__Task directions__:
Nothing outside the range is wanted. Repeat exactly the lines below from the one with "#150=ORIENTED_EDGE('',*,*,#69,.F.);" through the one with "#162=ORIENTED_EDGE('',*,*,#156,.F.);".

__Input data__:
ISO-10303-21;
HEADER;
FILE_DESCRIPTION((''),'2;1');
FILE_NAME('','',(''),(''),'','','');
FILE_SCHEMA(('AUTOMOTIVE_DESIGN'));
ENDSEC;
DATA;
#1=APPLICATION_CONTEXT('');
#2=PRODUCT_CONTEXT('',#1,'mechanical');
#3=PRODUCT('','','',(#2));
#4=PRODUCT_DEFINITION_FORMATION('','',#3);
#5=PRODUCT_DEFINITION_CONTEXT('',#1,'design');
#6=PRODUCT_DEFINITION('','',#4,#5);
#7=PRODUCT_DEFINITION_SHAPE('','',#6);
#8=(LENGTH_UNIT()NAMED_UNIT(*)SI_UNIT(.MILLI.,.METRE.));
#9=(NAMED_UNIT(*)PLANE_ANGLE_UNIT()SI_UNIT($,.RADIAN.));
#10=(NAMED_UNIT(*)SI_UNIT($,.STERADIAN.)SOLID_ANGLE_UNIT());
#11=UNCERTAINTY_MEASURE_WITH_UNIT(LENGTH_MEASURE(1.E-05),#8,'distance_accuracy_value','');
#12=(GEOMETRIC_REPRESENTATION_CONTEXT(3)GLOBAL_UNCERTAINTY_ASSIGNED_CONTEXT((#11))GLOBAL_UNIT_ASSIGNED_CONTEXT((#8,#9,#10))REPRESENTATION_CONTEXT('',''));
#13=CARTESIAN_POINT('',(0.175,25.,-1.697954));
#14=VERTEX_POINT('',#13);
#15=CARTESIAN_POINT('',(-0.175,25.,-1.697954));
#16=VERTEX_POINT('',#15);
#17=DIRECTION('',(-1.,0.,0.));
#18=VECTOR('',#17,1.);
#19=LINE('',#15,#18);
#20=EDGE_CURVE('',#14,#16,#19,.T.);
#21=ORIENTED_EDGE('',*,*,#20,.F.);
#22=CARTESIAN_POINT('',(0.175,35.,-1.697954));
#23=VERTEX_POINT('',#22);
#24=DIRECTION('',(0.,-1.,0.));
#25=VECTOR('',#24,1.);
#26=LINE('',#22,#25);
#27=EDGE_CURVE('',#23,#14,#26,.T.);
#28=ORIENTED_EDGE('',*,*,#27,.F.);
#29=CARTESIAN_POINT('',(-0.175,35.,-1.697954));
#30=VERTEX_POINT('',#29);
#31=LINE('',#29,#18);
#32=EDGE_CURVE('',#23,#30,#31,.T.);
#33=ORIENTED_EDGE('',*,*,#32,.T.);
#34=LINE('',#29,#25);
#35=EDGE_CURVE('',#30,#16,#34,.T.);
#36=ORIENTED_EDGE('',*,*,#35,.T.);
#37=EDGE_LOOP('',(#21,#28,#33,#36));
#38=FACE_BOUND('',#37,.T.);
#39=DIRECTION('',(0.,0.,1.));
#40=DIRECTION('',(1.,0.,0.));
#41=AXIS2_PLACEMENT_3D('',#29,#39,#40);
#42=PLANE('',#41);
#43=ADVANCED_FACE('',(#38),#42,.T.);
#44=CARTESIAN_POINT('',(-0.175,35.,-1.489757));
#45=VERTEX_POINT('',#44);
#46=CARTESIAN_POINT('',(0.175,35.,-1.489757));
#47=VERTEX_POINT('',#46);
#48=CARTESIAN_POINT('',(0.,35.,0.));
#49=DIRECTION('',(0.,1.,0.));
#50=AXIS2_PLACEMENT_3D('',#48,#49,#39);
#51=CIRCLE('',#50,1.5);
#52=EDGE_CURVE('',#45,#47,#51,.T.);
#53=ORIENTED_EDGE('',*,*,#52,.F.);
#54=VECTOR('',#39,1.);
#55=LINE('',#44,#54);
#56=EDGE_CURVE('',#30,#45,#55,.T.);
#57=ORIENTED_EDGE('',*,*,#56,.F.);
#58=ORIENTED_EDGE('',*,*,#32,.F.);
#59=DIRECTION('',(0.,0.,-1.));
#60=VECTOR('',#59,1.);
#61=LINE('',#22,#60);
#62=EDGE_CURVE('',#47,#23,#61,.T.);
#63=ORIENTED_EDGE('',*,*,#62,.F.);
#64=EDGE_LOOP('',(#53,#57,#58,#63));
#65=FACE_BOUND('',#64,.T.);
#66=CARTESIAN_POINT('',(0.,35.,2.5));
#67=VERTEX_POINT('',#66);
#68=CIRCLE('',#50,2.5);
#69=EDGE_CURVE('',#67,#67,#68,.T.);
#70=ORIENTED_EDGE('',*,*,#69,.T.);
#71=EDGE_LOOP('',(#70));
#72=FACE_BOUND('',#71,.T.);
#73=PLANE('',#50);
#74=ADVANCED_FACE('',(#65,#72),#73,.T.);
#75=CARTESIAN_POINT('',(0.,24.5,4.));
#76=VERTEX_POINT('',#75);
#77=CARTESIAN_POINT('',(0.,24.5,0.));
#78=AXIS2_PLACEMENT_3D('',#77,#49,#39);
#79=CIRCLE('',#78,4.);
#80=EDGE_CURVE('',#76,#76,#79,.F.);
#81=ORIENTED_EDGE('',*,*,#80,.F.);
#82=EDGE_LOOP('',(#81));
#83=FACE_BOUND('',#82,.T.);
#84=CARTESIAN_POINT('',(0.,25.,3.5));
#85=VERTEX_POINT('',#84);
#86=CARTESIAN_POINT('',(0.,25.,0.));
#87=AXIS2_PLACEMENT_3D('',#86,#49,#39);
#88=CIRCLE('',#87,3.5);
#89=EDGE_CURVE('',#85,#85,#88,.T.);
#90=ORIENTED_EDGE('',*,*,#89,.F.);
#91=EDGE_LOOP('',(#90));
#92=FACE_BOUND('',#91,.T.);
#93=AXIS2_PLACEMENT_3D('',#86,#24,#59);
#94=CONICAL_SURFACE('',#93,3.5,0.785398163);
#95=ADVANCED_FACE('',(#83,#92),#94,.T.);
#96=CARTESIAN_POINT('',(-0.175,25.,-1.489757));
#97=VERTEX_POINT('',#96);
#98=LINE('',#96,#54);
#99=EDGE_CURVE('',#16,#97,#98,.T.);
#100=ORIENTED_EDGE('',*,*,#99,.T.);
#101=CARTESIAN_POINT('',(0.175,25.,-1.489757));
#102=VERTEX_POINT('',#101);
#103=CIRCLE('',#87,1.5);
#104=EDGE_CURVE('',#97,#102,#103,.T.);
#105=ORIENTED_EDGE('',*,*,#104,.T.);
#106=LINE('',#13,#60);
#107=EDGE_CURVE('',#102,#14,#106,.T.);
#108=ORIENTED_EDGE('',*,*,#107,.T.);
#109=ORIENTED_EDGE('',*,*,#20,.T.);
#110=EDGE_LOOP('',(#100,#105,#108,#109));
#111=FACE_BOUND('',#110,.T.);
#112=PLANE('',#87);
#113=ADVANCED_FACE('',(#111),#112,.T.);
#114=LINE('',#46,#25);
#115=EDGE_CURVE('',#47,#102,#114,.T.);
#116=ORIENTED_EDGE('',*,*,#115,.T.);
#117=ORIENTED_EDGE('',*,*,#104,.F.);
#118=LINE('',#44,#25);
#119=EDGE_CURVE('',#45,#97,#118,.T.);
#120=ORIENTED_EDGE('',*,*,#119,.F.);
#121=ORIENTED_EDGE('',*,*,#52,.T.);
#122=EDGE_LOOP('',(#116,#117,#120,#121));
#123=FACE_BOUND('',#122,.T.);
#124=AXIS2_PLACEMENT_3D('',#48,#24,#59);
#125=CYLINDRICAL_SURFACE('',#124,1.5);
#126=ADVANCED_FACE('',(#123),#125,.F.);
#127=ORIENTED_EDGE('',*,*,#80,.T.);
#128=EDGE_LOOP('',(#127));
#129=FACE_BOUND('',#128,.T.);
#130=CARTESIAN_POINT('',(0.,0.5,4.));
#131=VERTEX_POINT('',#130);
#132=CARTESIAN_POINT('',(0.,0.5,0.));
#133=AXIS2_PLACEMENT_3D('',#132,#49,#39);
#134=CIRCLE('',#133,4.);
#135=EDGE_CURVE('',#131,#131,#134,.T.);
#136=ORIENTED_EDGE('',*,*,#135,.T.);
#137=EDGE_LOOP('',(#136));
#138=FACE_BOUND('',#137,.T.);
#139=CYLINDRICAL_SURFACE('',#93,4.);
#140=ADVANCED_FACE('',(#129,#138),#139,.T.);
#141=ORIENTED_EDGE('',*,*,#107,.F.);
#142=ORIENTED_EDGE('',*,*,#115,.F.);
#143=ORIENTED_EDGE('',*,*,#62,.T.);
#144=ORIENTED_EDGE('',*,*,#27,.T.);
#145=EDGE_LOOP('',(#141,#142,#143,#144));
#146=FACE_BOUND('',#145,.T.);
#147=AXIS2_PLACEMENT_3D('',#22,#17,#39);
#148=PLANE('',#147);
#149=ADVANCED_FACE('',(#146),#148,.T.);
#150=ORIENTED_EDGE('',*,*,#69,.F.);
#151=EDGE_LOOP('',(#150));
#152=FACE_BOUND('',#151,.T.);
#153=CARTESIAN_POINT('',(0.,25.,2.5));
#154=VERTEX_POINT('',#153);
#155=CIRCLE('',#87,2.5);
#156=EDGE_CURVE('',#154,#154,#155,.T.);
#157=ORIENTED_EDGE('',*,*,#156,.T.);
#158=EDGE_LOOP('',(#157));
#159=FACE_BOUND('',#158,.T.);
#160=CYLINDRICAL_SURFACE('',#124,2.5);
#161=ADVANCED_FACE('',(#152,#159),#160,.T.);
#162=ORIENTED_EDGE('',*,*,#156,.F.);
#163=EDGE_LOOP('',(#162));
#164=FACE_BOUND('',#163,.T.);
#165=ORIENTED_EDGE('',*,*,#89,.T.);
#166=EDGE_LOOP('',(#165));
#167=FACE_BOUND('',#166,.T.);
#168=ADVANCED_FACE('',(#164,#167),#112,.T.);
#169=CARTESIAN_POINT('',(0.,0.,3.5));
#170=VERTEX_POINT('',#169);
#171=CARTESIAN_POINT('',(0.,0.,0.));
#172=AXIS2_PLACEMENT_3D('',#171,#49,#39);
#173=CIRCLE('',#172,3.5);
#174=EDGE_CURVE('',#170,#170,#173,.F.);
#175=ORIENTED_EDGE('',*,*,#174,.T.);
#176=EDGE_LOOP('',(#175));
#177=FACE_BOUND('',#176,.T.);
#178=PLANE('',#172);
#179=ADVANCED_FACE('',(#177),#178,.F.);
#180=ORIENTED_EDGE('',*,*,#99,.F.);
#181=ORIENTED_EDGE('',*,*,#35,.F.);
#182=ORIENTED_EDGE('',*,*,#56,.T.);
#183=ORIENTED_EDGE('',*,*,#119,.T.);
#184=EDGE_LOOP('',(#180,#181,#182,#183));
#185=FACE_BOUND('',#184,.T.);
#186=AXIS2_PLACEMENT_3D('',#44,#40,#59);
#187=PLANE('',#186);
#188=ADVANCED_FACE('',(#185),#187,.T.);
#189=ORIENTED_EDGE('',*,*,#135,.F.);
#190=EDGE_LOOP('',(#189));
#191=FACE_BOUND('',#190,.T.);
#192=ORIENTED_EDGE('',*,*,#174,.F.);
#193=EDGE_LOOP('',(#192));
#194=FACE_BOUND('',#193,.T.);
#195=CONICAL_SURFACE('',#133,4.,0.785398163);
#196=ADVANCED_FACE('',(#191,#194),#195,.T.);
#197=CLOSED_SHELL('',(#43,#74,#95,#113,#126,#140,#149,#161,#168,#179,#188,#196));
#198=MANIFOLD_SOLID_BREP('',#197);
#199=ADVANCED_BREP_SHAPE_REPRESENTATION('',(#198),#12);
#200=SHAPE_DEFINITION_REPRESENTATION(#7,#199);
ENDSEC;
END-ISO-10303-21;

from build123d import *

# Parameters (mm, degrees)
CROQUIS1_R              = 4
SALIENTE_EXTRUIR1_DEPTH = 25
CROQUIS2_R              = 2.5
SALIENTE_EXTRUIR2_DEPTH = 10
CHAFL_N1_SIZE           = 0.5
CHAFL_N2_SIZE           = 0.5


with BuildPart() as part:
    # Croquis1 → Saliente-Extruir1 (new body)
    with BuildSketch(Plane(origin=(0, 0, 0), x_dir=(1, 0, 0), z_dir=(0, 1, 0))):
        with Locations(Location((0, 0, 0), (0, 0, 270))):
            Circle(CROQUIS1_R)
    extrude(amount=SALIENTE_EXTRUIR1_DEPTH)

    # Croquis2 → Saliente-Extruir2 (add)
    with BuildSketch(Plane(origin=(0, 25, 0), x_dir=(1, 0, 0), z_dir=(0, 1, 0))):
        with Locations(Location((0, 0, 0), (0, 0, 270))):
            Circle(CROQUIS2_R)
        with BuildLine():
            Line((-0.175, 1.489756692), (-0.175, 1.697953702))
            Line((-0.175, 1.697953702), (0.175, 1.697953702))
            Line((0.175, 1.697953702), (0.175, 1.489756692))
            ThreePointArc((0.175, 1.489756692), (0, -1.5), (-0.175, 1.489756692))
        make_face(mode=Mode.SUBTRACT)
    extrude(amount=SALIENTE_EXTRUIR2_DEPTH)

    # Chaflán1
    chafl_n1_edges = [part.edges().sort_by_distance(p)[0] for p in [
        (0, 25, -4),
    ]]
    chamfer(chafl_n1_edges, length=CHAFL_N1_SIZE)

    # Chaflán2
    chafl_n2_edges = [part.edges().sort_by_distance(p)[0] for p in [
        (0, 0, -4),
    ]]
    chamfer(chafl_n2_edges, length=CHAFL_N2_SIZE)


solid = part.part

__Answer below__:
#150=ORIENTED_EDGE('',*,*,#69,.F.);
#151=EDGE_LOOP('',(#150));
#152=FACE_BOUND('',#151,.T.);
#153=CARTESIAN_POINT('',(0.,25.,2.5));
#154=VERTEX_POINT('',#153);
#155=CIRCLE('',#87,2.5);
#156=EDGE_CURVE('',#154,#154,#155,.T.);
#157=ORIENTED_EDGE('',*,*,#156,.T.);
#158=EDGE_LOOP('',(#157));
#159=FACE_BOUND('',#158,.T.);
#160=CYLINDRICAL_SURFACE('',#124,2.5);
#161=ADVANCED_FACE('',(#152,#159),#160,.T.);
#162=ORIENTED_EDGE('',*,*,#156,.F.);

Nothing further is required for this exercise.